Another big change I've noticed is I don't use "private" functions much
anymore. In OO I spent a lot more energy making sure that people using my
classes couldn't use them wrongly. They could only do exactly what the
requirements allowed. I think OO mindset (at least in C#/Java, maybe Python is
different) makes you paranoid and guides you to putting "app code" into what
should be "libraries". This sometimes made e.g. unit testing more of a pain;
you can't test your "validate" functions directly because they're private. Now
I tend to open most everything up and let developers do what they want with my
code, but I add a few helper functions to cover the common cases to guide them
in the right direction. In general I consider everything a library now; the
only "app-specific" code I write goes in `main` function that glues everything
together. Of course I still don't open functions that expose contained
services, or that leave things in an inconsistent state, but that's about all.

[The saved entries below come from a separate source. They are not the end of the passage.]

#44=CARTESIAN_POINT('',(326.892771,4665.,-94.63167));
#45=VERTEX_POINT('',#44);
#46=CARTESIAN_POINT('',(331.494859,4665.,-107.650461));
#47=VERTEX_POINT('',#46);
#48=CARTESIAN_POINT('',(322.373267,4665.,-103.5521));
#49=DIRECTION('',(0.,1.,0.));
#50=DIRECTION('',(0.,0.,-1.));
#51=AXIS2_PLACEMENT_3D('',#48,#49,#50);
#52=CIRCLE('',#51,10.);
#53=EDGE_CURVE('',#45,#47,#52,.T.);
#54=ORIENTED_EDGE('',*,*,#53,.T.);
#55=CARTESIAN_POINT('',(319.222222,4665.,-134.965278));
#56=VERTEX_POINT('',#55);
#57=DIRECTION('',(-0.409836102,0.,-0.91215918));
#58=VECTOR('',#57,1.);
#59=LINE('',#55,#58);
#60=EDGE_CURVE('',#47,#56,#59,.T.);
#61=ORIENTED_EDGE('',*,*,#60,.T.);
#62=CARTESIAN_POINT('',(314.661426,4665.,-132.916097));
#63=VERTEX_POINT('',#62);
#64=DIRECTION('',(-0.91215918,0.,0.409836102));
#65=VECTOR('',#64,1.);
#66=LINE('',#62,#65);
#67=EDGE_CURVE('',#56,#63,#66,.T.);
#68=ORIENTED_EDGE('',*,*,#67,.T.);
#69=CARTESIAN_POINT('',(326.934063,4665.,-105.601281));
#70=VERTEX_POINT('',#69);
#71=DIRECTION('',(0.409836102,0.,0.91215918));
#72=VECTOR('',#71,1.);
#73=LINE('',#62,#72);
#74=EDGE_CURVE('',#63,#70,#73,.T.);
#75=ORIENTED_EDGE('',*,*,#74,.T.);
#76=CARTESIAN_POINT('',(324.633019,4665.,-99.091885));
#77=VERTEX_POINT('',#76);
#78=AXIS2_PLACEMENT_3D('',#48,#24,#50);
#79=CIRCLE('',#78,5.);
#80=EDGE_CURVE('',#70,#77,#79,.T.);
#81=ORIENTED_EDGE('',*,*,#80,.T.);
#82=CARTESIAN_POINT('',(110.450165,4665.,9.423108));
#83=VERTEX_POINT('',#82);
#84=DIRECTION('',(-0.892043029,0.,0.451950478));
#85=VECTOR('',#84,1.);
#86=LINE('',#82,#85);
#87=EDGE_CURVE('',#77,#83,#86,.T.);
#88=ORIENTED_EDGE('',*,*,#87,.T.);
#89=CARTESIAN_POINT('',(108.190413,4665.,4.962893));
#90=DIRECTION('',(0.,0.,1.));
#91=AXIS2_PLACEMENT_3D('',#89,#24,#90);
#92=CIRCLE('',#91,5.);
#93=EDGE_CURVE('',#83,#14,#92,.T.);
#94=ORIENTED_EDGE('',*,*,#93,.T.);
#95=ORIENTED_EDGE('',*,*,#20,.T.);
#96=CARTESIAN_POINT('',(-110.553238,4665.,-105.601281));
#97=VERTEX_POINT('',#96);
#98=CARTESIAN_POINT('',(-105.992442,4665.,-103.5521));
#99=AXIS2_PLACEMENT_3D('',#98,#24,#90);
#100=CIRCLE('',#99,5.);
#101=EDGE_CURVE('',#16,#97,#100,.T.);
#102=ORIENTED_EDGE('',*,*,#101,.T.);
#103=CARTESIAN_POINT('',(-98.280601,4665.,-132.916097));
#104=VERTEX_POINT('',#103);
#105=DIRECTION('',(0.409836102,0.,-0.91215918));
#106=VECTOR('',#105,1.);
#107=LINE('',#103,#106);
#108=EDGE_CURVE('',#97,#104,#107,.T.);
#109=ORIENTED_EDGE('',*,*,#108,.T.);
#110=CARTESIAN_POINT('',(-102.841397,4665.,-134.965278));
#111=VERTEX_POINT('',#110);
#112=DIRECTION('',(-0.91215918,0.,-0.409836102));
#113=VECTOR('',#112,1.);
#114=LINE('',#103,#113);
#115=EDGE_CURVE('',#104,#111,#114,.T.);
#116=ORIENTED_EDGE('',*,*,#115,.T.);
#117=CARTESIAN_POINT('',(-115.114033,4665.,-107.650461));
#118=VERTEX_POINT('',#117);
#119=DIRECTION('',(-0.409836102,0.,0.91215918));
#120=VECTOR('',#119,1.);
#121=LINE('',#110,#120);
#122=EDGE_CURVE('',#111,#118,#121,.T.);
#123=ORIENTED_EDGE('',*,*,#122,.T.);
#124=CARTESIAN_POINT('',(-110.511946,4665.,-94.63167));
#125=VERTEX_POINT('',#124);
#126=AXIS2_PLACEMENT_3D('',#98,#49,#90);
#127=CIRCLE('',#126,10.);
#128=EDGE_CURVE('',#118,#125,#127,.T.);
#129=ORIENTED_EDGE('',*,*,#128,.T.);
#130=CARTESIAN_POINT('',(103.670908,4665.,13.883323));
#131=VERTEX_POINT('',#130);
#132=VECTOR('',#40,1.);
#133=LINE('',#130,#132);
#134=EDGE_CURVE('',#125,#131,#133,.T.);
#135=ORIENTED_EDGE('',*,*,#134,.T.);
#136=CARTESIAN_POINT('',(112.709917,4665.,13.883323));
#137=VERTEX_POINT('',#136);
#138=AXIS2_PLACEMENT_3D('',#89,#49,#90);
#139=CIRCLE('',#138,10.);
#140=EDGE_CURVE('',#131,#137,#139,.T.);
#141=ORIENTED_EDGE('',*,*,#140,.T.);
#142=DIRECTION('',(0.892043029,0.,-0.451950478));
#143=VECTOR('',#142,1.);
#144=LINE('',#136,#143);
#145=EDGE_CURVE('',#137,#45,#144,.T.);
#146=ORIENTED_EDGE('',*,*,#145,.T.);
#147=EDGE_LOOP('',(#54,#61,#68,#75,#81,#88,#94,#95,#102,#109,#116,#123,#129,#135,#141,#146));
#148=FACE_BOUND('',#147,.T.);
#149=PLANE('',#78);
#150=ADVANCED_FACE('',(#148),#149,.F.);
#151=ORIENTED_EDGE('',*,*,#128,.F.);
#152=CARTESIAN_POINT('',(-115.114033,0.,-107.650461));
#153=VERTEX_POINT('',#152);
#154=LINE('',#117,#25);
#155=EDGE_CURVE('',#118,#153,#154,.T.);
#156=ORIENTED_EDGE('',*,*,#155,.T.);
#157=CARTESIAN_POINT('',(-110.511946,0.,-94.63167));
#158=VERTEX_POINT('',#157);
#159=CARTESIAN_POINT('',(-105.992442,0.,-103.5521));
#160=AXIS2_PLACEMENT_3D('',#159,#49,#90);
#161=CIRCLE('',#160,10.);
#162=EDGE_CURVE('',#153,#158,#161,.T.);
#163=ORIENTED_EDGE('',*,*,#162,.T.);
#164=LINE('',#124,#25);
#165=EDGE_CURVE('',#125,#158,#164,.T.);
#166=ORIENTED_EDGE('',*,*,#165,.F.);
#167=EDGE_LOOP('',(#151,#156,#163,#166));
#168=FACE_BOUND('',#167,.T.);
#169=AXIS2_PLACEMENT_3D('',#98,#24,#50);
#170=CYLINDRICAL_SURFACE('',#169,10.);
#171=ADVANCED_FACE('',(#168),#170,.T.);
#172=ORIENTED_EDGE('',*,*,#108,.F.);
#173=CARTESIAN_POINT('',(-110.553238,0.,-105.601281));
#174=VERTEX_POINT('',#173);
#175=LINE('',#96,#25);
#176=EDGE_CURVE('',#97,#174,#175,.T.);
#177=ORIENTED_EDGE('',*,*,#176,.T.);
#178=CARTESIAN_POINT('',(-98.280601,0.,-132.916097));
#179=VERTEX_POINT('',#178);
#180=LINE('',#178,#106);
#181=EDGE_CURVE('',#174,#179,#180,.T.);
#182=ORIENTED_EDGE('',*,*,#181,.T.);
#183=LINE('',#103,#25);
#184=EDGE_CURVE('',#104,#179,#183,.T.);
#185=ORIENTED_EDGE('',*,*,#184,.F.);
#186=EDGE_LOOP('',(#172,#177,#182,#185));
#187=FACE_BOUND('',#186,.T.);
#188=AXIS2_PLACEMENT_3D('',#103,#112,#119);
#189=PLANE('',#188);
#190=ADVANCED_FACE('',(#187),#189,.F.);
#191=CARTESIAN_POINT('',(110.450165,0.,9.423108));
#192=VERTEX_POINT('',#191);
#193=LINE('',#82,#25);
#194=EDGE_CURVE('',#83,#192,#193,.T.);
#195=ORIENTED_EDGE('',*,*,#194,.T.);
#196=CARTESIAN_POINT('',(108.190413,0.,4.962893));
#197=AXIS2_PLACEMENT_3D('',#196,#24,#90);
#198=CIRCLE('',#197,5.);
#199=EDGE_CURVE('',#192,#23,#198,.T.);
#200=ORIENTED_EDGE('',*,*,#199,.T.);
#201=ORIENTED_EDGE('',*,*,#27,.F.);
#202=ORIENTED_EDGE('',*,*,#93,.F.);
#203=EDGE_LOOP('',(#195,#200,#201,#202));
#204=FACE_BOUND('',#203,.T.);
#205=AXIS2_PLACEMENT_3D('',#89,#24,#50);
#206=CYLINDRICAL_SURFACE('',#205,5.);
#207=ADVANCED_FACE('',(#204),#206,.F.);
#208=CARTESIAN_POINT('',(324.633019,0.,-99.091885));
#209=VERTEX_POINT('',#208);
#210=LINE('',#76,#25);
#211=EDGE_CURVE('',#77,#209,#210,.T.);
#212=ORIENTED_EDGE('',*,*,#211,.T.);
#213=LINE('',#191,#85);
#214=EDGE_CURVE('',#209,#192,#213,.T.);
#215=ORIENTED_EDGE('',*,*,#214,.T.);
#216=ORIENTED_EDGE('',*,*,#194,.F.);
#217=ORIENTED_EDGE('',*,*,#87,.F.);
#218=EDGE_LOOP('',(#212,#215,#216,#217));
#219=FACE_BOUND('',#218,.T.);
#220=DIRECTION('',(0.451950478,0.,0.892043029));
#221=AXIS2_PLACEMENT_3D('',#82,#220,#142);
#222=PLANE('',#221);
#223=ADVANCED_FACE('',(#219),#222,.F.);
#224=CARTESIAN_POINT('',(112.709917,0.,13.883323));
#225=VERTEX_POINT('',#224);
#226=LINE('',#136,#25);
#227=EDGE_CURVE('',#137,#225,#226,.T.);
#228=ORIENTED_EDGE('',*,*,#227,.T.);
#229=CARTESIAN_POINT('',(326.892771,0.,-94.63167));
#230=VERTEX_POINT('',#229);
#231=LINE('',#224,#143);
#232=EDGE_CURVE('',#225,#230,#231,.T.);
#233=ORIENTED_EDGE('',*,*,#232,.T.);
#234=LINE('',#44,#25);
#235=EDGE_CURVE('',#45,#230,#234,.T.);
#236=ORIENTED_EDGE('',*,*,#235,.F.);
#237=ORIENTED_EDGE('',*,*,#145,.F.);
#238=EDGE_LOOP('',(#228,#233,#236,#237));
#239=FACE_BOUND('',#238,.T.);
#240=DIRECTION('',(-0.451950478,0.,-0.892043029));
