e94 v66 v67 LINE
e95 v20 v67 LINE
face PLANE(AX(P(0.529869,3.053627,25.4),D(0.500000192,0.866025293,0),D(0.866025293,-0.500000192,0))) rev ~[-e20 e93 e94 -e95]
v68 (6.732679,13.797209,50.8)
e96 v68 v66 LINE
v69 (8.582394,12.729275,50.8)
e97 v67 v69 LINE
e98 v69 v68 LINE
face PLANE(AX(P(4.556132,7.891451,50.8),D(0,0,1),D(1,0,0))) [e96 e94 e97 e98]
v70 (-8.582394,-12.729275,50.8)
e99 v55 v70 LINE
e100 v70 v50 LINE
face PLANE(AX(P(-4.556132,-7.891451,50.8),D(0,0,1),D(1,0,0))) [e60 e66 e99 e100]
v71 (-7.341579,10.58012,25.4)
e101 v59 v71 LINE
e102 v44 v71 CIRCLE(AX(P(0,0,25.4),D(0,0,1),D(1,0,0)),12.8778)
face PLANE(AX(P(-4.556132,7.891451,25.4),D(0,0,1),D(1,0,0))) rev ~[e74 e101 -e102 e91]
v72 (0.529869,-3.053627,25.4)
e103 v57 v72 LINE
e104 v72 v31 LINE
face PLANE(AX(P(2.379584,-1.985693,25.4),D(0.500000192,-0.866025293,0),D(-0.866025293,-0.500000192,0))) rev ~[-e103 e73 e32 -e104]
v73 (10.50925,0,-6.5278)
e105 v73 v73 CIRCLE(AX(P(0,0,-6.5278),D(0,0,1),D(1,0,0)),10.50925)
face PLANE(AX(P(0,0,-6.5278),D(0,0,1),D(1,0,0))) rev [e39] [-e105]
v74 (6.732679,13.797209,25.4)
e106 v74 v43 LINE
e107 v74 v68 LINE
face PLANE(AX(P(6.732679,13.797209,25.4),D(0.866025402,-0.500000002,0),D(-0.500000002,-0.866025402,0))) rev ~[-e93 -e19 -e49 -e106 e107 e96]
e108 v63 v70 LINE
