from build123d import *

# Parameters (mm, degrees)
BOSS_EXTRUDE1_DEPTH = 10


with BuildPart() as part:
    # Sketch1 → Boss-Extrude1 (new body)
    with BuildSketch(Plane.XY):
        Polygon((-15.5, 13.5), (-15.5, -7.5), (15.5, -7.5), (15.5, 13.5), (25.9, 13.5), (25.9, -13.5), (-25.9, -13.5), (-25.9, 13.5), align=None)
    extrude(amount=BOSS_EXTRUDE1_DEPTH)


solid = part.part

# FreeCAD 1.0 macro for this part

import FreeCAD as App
import Part
import Sketcher

V = App.Vector
Q = App.Units.Quantity


def add_polygon(sketch, points):
    """Adds a closed chain of lines whose ends are joined by coincident constraints."""
    first, n = sketch.GeometryCount, len(points)
    for a, b in zip(points, points[1:] + points[:1]):
        sketch.addGeometry(Part.LineSegment(App.Vector(*a, 0), App.Vector(*b, 0)), False)
    for i in range(n):
        sketch.addConstraint(Sketcher.Constraint("Coincident", first + i, 2, first + (i + 1) % n, 1))

doc = App.newDocument("Part")
body = doc.addObject("PartDesign::Body", "Body")

# Sketch on XY plane
sketch1 = doc.addObject("Sketcher::SketchObject", "Sketch")
body.addObject(sketch1)
sketch1.AttachmentSupport = (doc.XY_Plane, [""])
sketch1.MapMode = "FlatFace"
add_polygon(sketch1, [(-16, -8), (-16, 14), (-26, 14), (-26, -14), (26, -14), (26, 14), (16, 14), (16, -8)])  # lines 0-7
sketch1.addConstraint(Sketcher.Constraint("Vertical", 0))
sketch1.addConstraint(Sketcher.Constraint("Horizontal", 1))
sketch1.addConstraint(Sketcher.Constraint("Vertical", 2))
sketch1.addConstraint(Sketcher.Constraint("Horizontal", 3))
sketch1.addConstraint(Sketcher.Constraint("Vertical", 4))
sketch1.addConstraint(Sketcher.Constraint("Horizontal", 5))
sketch1.addConstraint(Sketcher.Constraint("Vertical", 6))
sketch1.addConstraint(Sketcher.Constraint("Horizontal", 7))
sketch1.addConstraint(Sketcher.Constraint("Symmetric", 1, 2, 3, 2, -1, 1))
sketch1.addConstraint(Sketcher.Constraint("Symmetric", 0, 2, 5, 2, -2))
sketch1.addConstraint(Sketcher.Constraint("DistanceX", 7, 2, 7, 1, Q("31 mm")))
sketch1.addConstraint(Sketcher.Constraint("DistanceY", 0, 1, 0, 2, Q("21 mm")))
sketch1.addConstraint(Sketcher.Constraint("DistanceY", 2, 2, 2, 1, Q("27 mm")))
sketch1.addConstraint(Sketcher.Constraint("DistanceX", 1, 2, 1, 1, Q("10.4 mm")))
pad1 = doc.addObject("PartDesign::Pad", "Pad")
body.addObject(pad1)
pad1.Profile = sketch1
pad1.Length = 10

doc.recompute()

And of course embrace immutability and recursion (or the library functions
that do it for you).

Probably the most annoying thing for you, especially coming from Python, will
be "similar records". So you'd need a `User` that just has raw data, `UserDb`
that maybe has that plus an ID/DateAdded/DateModified, a `UserOut` that maybe
has that minus PasswordHash, a `UserIn` that maybe has
RawPassword/RawPasswordAgain, etc, and conversions between them all. Not to
mention if you want different schemes for jsonNaming, db_naming, RecordNaming,
etc. I've yet to come up with a happy typesafe way of doing this.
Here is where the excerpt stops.